For more information on providing parameters, see [External parameters](../../fundamentals/external-parameters.md).

### Connect to database resources

When the .NET Aspire app host runs, the server's database resources can be accessed from external tools, such as [SQL Server Management Studio (SSMS)](/sql/ssms/download-sql-server-management-studio-ssms) or [Azure Data Studio](/azure-data-studio/download-azure-data-studio). The connection string for the database resource is available in the dependent resources environment variables and is accessed using the [.NET Aspire dashboard: Resource details](../../fundamentals/dashboard/explore.md#resource-details) pane. The environment variable is named `ConnectionStrings__{name}` where `{name}` is the name of the database resource, in this example it's `database`. Use the connection string to connect to the database resource from external tools.
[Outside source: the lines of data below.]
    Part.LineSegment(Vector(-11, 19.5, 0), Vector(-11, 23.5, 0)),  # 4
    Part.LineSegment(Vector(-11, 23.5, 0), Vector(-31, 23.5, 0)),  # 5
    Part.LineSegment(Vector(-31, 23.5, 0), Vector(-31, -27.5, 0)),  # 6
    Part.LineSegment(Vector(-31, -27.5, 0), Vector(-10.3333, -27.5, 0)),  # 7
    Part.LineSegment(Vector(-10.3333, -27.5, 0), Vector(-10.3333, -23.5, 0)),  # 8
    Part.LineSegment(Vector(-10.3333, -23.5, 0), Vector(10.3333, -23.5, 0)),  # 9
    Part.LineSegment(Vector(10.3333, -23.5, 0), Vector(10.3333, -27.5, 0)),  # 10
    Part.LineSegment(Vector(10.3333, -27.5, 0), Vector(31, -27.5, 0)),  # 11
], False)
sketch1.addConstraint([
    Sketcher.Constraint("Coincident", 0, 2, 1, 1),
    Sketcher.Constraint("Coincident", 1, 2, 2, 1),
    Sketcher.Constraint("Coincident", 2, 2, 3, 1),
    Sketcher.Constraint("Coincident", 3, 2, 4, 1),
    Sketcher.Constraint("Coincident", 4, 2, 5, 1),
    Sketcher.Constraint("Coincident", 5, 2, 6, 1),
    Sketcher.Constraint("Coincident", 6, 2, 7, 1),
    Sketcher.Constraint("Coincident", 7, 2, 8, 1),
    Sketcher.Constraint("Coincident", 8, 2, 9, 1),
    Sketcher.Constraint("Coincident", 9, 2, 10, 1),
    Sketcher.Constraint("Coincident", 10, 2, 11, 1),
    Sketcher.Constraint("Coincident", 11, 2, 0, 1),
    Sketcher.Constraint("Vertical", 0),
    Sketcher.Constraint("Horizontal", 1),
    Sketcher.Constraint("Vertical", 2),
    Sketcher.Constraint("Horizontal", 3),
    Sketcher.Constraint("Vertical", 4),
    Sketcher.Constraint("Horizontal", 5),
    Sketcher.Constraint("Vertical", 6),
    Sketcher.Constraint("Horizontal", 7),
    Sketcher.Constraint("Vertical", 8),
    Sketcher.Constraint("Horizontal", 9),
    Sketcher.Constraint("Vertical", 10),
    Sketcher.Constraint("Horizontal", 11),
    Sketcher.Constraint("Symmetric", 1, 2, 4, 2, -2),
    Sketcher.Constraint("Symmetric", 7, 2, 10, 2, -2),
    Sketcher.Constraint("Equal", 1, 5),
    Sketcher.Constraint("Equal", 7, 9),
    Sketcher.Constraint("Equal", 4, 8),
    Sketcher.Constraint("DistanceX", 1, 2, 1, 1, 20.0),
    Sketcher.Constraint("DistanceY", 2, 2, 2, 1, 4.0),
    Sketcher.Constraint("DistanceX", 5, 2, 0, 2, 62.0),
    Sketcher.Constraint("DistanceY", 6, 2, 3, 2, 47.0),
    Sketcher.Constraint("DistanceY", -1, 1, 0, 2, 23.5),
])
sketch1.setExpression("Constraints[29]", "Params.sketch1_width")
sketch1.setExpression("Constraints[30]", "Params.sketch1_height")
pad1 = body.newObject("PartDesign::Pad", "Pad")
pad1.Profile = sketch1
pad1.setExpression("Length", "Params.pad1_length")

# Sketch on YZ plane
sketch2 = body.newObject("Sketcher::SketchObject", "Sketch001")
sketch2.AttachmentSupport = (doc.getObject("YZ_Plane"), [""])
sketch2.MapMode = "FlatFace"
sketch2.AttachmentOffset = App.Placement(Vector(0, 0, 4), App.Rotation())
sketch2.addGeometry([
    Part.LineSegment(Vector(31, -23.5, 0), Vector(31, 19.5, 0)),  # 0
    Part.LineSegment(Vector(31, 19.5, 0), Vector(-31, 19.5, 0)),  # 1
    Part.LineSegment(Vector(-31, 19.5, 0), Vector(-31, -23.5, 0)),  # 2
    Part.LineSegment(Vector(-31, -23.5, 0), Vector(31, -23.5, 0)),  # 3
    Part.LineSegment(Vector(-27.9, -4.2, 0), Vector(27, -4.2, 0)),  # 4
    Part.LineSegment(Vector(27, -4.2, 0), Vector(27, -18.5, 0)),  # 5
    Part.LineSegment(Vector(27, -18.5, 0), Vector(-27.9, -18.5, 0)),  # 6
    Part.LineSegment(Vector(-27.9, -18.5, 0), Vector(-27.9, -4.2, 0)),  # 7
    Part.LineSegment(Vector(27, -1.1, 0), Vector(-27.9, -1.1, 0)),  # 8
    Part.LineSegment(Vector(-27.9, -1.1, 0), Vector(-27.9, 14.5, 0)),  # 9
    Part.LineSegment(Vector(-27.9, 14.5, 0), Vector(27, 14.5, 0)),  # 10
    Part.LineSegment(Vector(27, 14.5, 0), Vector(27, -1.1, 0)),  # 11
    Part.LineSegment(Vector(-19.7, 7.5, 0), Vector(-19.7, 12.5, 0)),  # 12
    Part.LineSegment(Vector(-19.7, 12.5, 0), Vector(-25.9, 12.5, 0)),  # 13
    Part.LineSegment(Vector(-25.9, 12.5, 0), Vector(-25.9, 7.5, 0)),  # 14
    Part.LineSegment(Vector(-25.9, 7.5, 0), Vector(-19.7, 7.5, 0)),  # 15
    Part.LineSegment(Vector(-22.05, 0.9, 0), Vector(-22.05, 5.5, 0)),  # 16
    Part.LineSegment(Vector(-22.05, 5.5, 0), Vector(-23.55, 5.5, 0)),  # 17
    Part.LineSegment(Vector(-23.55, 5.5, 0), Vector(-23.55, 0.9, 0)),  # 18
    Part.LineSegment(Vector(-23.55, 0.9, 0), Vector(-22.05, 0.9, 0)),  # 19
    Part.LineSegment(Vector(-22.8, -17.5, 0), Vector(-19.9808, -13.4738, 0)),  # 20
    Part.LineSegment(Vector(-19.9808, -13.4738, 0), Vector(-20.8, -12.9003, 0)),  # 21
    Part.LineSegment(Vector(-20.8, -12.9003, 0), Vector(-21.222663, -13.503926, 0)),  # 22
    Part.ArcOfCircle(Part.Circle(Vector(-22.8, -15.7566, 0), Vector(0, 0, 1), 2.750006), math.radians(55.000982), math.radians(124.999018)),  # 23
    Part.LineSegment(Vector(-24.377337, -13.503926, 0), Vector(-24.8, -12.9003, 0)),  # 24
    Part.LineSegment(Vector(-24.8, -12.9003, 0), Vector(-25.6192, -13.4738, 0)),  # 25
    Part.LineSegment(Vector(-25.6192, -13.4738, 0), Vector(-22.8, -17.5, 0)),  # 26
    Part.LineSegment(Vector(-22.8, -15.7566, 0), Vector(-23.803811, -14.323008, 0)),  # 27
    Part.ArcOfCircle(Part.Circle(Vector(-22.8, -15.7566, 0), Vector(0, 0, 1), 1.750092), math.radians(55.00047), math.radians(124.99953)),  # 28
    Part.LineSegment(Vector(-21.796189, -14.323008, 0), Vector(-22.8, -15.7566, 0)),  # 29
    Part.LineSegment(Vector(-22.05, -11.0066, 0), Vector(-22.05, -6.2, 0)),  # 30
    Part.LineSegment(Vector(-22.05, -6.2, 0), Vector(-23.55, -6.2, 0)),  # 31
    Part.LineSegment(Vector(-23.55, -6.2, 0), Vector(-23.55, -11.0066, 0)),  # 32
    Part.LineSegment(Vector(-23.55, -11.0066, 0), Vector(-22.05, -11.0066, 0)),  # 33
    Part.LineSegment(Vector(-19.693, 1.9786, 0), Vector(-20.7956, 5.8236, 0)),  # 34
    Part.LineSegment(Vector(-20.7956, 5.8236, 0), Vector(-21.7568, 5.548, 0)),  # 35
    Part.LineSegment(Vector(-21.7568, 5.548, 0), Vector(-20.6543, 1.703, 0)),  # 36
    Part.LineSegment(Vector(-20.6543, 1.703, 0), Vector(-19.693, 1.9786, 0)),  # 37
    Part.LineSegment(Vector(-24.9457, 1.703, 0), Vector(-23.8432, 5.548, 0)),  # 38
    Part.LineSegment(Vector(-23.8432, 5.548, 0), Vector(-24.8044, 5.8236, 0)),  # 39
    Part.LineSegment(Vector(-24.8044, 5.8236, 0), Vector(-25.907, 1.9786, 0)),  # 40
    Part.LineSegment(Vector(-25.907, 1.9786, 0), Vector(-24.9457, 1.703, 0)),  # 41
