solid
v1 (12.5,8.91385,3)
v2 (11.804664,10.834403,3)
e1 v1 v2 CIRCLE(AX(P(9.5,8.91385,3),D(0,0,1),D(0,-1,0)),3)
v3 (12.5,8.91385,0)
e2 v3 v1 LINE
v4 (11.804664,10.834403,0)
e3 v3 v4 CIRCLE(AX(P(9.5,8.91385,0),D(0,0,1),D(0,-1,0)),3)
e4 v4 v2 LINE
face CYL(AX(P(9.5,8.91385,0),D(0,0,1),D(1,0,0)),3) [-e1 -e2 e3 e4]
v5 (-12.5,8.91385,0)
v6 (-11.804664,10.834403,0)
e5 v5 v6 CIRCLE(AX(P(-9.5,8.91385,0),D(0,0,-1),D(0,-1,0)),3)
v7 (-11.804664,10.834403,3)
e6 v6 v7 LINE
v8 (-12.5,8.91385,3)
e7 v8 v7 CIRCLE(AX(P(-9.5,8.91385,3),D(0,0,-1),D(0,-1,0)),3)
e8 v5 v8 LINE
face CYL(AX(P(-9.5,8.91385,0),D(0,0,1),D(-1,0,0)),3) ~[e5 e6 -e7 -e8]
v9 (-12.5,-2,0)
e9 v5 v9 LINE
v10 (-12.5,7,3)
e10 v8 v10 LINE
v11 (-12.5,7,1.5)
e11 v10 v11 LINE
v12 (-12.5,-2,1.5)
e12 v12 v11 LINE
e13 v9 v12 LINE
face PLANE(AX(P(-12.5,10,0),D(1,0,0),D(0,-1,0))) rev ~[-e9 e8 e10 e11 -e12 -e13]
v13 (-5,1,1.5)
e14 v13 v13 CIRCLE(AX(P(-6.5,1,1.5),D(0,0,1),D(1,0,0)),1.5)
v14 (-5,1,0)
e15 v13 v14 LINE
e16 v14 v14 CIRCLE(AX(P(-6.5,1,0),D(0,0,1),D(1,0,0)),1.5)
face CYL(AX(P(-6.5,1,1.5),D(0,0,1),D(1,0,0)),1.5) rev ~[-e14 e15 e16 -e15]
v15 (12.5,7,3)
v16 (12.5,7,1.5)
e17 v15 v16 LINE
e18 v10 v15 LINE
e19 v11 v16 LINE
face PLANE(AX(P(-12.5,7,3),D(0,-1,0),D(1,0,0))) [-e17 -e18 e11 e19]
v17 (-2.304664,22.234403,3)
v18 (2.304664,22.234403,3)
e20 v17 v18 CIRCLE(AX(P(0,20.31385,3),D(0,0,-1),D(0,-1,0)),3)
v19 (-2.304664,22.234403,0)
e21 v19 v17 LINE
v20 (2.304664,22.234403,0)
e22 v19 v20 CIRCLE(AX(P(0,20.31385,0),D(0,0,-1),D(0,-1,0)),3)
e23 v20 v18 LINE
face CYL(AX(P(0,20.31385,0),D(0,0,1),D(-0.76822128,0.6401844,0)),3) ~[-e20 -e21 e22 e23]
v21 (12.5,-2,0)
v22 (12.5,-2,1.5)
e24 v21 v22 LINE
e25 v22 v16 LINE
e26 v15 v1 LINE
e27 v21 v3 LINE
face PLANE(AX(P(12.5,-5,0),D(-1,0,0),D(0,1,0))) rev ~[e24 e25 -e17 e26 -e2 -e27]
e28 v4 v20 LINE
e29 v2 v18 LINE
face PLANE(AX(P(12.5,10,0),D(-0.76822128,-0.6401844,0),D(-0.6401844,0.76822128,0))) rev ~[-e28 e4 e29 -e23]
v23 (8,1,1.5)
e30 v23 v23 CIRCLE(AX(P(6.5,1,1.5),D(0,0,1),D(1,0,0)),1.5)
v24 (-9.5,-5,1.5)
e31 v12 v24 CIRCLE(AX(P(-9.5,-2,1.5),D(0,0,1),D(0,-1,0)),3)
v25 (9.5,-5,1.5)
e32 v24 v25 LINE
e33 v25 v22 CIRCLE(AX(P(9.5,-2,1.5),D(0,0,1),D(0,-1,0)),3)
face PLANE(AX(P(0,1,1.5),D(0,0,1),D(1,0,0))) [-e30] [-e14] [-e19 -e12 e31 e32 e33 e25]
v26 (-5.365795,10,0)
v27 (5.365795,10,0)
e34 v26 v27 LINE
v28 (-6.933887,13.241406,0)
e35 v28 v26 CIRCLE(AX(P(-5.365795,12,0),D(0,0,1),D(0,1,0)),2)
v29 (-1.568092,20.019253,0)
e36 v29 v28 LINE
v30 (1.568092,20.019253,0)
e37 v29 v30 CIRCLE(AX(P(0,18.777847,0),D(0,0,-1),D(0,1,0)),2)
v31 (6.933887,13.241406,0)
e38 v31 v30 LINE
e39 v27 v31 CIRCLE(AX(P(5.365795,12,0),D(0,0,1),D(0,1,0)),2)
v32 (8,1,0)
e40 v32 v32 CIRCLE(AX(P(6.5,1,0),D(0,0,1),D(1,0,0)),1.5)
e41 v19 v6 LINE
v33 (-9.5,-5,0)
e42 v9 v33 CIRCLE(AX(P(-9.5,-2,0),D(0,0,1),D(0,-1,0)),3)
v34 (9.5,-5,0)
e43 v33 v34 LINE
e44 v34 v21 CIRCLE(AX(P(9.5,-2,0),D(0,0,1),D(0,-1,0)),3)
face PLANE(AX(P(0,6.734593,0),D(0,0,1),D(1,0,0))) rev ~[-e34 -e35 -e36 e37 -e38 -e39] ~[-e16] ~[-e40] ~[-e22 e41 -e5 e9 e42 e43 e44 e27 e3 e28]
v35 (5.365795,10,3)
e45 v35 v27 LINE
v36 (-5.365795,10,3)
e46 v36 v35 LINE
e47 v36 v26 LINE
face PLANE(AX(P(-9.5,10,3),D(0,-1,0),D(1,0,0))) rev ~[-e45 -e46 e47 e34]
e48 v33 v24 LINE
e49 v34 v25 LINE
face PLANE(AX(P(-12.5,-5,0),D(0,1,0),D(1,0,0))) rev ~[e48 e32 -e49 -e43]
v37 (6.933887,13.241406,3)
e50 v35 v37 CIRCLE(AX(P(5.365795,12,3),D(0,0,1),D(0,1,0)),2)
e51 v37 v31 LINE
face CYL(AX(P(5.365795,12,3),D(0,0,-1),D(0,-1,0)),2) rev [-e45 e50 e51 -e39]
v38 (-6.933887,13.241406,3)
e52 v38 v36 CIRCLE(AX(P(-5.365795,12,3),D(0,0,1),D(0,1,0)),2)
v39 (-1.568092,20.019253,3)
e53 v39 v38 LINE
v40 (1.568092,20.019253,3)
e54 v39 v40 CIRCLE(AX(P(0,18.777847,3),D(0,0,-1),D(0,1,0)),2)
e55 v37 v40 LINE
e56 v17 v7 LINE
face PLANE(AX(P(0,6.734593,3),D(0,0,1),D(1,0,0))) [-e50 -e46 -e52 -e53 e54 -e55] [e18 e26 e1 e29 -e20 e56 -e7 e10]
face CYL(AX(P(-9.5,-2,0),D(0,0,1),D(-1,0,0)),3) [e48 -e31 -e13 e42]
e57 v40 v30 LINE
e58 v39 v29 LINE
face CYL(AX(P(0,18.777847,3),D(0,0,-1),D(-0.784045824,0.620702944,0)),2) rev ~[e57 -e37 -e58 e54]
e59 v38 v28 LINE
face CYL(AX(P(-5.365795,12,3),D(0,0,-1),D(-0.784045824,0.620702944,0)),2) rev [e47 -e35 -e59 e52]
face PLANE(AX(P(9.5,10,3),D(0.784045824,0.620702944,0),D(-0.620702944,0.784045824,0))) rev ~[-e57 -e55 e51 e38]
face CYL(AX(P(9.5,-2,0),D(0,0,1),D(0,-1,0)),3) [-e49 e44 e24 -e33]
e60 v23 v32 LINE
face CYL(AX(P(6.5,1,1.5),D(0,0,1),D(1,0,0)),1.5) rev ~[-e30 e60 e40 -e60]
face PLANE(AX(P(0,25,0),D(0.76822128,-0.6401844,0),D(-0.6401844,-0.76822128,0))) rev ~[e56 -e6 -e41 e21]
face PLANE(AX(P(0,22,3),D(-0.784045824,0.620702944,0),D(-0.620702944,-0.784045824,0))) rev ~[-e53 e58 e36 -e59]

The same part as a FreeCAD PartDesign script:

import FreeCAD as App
import Part
import Sketcher
from FreeCAD import Vector
Q = App.Units.Quantity


def edges_at(feature, points):
    """Names of the edges that pass closest to the given points."""
    edges = feature.Shape.Edges
    near = lambda p: min(range(len(edges)), key=lambda i: edges[i].distToShape(Part.Vertex(*p))[0])
    return sorted({f"Edge{near(p) + 1}" for p in points})

doc = App.newDocument("Part")
body = doc.addObject("PartDesign::Body", "Body")
body.AllowCompound = True

# Sketch on XY plane
sketch1 = body.newObject("Sketcher::SketchObject", "Sketch")
sketch1.AttachmentSupport = (doc.getObject("XY_Plane"), [""])
sketch1.MapMode = "FlatFace"
sketch1.AttachmentOffset = App.Placement(Vector(0, 0, 1.5), App.Rotation())
sketch1.addGeometry([
    Part.Circle(Vector(-6.5, 1, 0), Vector(0, 0, 1), 1.5),
    Part.Circle(Vector(6.5, 1, 0), Vector(0, 0, 1), 1.5),
], False)
sketch1.addConstraint([
    Sketcher.Constraint("Equal", 0, 1),
    Sketcher.Constraint("Symmetric", 0, 3, 1, 3, -2),
    Sketcher.Constraint("Diameter", 0, Q("3 mm")),
    Sketcher.Constraint("DistanceY", -1, 1, 0, 3, Q("1 mm")),
    Sketcher.Constraint("DistanceX", 0, 3, 1, 3, Q("13 mm")),
])
pad1 = body.newObject("PartDesign::Pad", "Pad")
pad1.Profile = sketch1
pad1.Length = 1.5
pad1.Reversed = True
body2 = doc.addObject("PartDesign::Body", "Body001")

# Sketch on XY plane
sketch2 = body2.newObject("Sketcher::SketchObject", "Sketch001")
sketch2.AttachmentSupport = (doc.getObject("XY_Plane001"), [""])
sketch2.MapMode = "FlatFace"
sketch2.AttachmentOffset = App.Placement(Vector(0, 0, 3), App.Rotation())
sketch2.addGeometry([
    Part.LineSegment(Vector(0, 22, 0), Vector(-10, 10, 0)),
    Part.LineSegment(Vector(-10, 10, 0), Vector(10, 10, 0)),
    Part.LineSegment(Vector(10, 10, 0), Vector(0, 22, 0)),
], False)
sketch2.addConstraint([
    Sketcher.Constraint("Coincident", 0, 2, 1, 1),
    Sketcher.Constraint("Coincident", 1, 2, 2, 1),
    Sketcher.Constraint("Coincident", 2, 2, 0, 1),
    Sketcher.Constraint("Horizontal", 1),
    Sketcher.Constraint("PointOnObject", 2, 2, -2),
    Sketcher.Constraint("Equal", 0, 2),
    Sketcher.Constraint("DistanceX", 1, 1, 1, 2, Q("19 mm")),
    Sketcher.Constraint("DistanceY", -1, 1, 0, 2, Q("10 mm")),
    Sketcher.Constraint("DistanceY", -1, 1, 2, 2, Q("22 mm")),
])
pad2 = body2.newObject("PartDesign::Pad", "Pad001")
pad2.Profile = sketch2
pad2.Length = 3
pad2.Reversed = True
body3 = doc.addObject("PartDesign::Body", "Body002")

# Sketch on XY plane
sketch3 = body3.newObject("Sketcher::SketchObject", "Sketch002")
sketch3.AttachmentSupport = (doc.getObject("XY_Plane002"), [""])
sketch3.MapMode = "FlatFace"
sketch3.AttachmentOffset = App.Placement(Vector(0, 0, 3), App.Rotation())
sketch3.addGeometry([
    Part.LineSegment(Vector(-12, 7, 0), Vector(-12, -5, 0)),
    Part.LineSegment(Vector(-12, -5, 0), Vector(12, -5, 0)),
    Part.LineSegment(Vector(12, -5, 0), Vector(12, 7, 0)),
    Part.LineSegment(Vector(12, 7, 0), Vector(-12, 7, 0)),
], False)
sketch3.addConstraint([
    Sketcher.Constraint("Coincident", 0, 2, 1, 1),
    Sketcher.Constraint("Coincident", 1, 2, 2, 1),
    Sketcher.Constraint("Coincident", 2, 2, 3, 1),
    Sketcher.Constraint("Coincident", 3, 2, 0, 1),
    Sketcher.Constraint("Vertical", 0),
    Sketcher.Constraint("Horizontal", 1),
    Sketcher.Constraint("Vertical", 2),
    Sketcher.Constraint("Horizontal", 3),
    Sketcher.Constraint("DistanceX", 1, 1, 1, 2, Q("25 mm")),
    Sketcher.Constraint("DistanceY", 0, 2, 0, 1, Q("12 mm")),
    Sketcher.Constraint("DistanceY", 0, 2, -1, 1, Q("5 mm")),
    Sketcher.Constraint("DistanceX", 0, 2, -1, 1, Q("12.5 mm")),
])
pad3 = body3.newObject("PartDesign::Pad", "Pad002")
pad3.Profile = sketch3
pad3.Length = 1.5
pad3.Reversed = True
body4 = doc.addObject("PartDesign::Body", "Body003")

# Sketch on XY plane
sketch4 = body4.newObject("Sketcher::SketchObject", "Sketch003")
sketch4.AttachmentSupport = (doc.getObject("XY_Plane003"), [""])
sketch4.MapMode = "FlatFace"
sketch4.addGeometry([
    Part.LineSegment(Vector(-12, -5, 0), Vector(12, -5, 0)),  # 0
    Part.LineSegment(Vector(12, -5, 0), Vector(12, 10, 0)),  # 1
    Part.LineSegment(Vector(12, 10, 0), Vector(0, 25, 0)),  # 2
    Part.LineSegment(Vector(0, 25, 0), Vector(-12, 10, 0)),  # 3
    Part.LineSegment(Vector(-12, 10, 0), Vector(-12, -5, 0)),  # 4
], False)
sketch4.addConstraint([
    Sketcher.Constraint("Coincident", 0, 2, 1, 1),
    Sketcher.Constraint("Coincident", 1, 2, 2, 1),
    Sketcher.Constraint("Coincident", 2, 2, 3, 1),
    Sketcher.Constraint("Coincident", 3, 2, 4, 1),
    Sketcher.Constraint("Coincident", 4, 2, 0, 1),
    Sketcher.Constraint("Horizontal", 0),
    Sketcher.Constraint("Vertical", 1),
    Sketcher.Constraint("Vertical", 4),
    Sketcher.Constraint("Symmetric", 1, 2, 3, 2, -2),
    Sketcher.Constraint("PointOnObject", 2, 2, -2),
    Sketcher.Constraint("DistanceX", 0, 1, 0, 2, Q("25 mm")),
    Sketcher.Constraint("DistanceY", 1, 1, 1, 2, Q("15 mm")),
    Sketcher.Constraint("DistanceY", 0, 2, -1, 1, Q("5 mm")),
    Sketcher.Constraint("DistanceY", -1, 1, 2, 2, Q("25 mm")),
])
pad4 = body4.newObject("PartDesign::Pad", "Pad003")
pad4.Profile = sketch4
pad4.Length = 3
doc.recompute()

boolean = body4.newObject("PartDesign::Boolean", "Boolean")
boolean.Type = "Cut"
boolean.addObjects([body3])
doc.recompute()

boolean2 = body4.newObject("PartDesign::Boolean", "Boolean001")
boolean2.Type = "Cut"
boolean2.addObjects([body2])
doc.recompute()

fillet = body4.newObject("PartDesign::Fillet", "Fillet")
fillet.Base = (boolean2, edges_at(boolean2, [(0, 22, 1.5), (-9.5, 10, 1.5), (9.5, 10, 1.5)]))
fillet.Radius = 2
doc.recompute()

fillet2 = body4.newObject("PartDesign::Fillet", "Fillet001")
fillet2.Base = (fillet, edges_at(fillet, [(-12.5, 10, 1.5), (12.5, 10, 1.5), (0, 25, 1.5)]))
fillet2.Radius = 3
doc.recompute()

fillet3 = body4.newObject("PartDesign::Fillet", "Fillet002")
fillet3.Base = (fillet2, edges_at(fillet2, [(12.5, -5, 0.75), (-12.5, -5, 0.75)]))
fillet3.Radius = 3
doc.recompute()

boolean3 = body4.newObject("PartDesign::Boolean", "Boolean002")
boolean3.Type = "Cut"
boolean3.addObjects([body])

doc.recompute()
Imagine that you have a database named `todos` with a single `dbo.Todos` table.

#### [SQL Server Management Studio](#tab/ssms)

To connect to the database resource from SQL Server Management Studio, follow these steps:

1. Open SSMS.
1. In the **Connect to Server** dialog, select the **Additional Connection Parameters** tab.
1. Paste the connection string into the **Additional Connection Parameters** field and select **Connect**.

:::image type="content" source="media/ssms-new-connection.png" lightbox="media/ssms-new-connection.png" alt-text="SQL Server Management Studio: Connect to Server dialog.":::

1. If you're connected, you can see the database resource in the **Object Explorer**:

:::image type="content" source="media/ssms-connected.png" lightbox="media/ssms-connected.png" alt-text="SQL Server Management Studio: Connected to database.":::

For more information, see [SQL Server Management Studio: Connect to a server](/sql/ssms/quickstarts/ssms-connect-query-sql-server).

#### [Azure Data Studio](#tab/azure-data-studio)

To connect to the database resource from Azure Data Studio, follow these steps:

1. Open Azure Data Studio.
1. Select the **New** dropdown and choose **New connection**.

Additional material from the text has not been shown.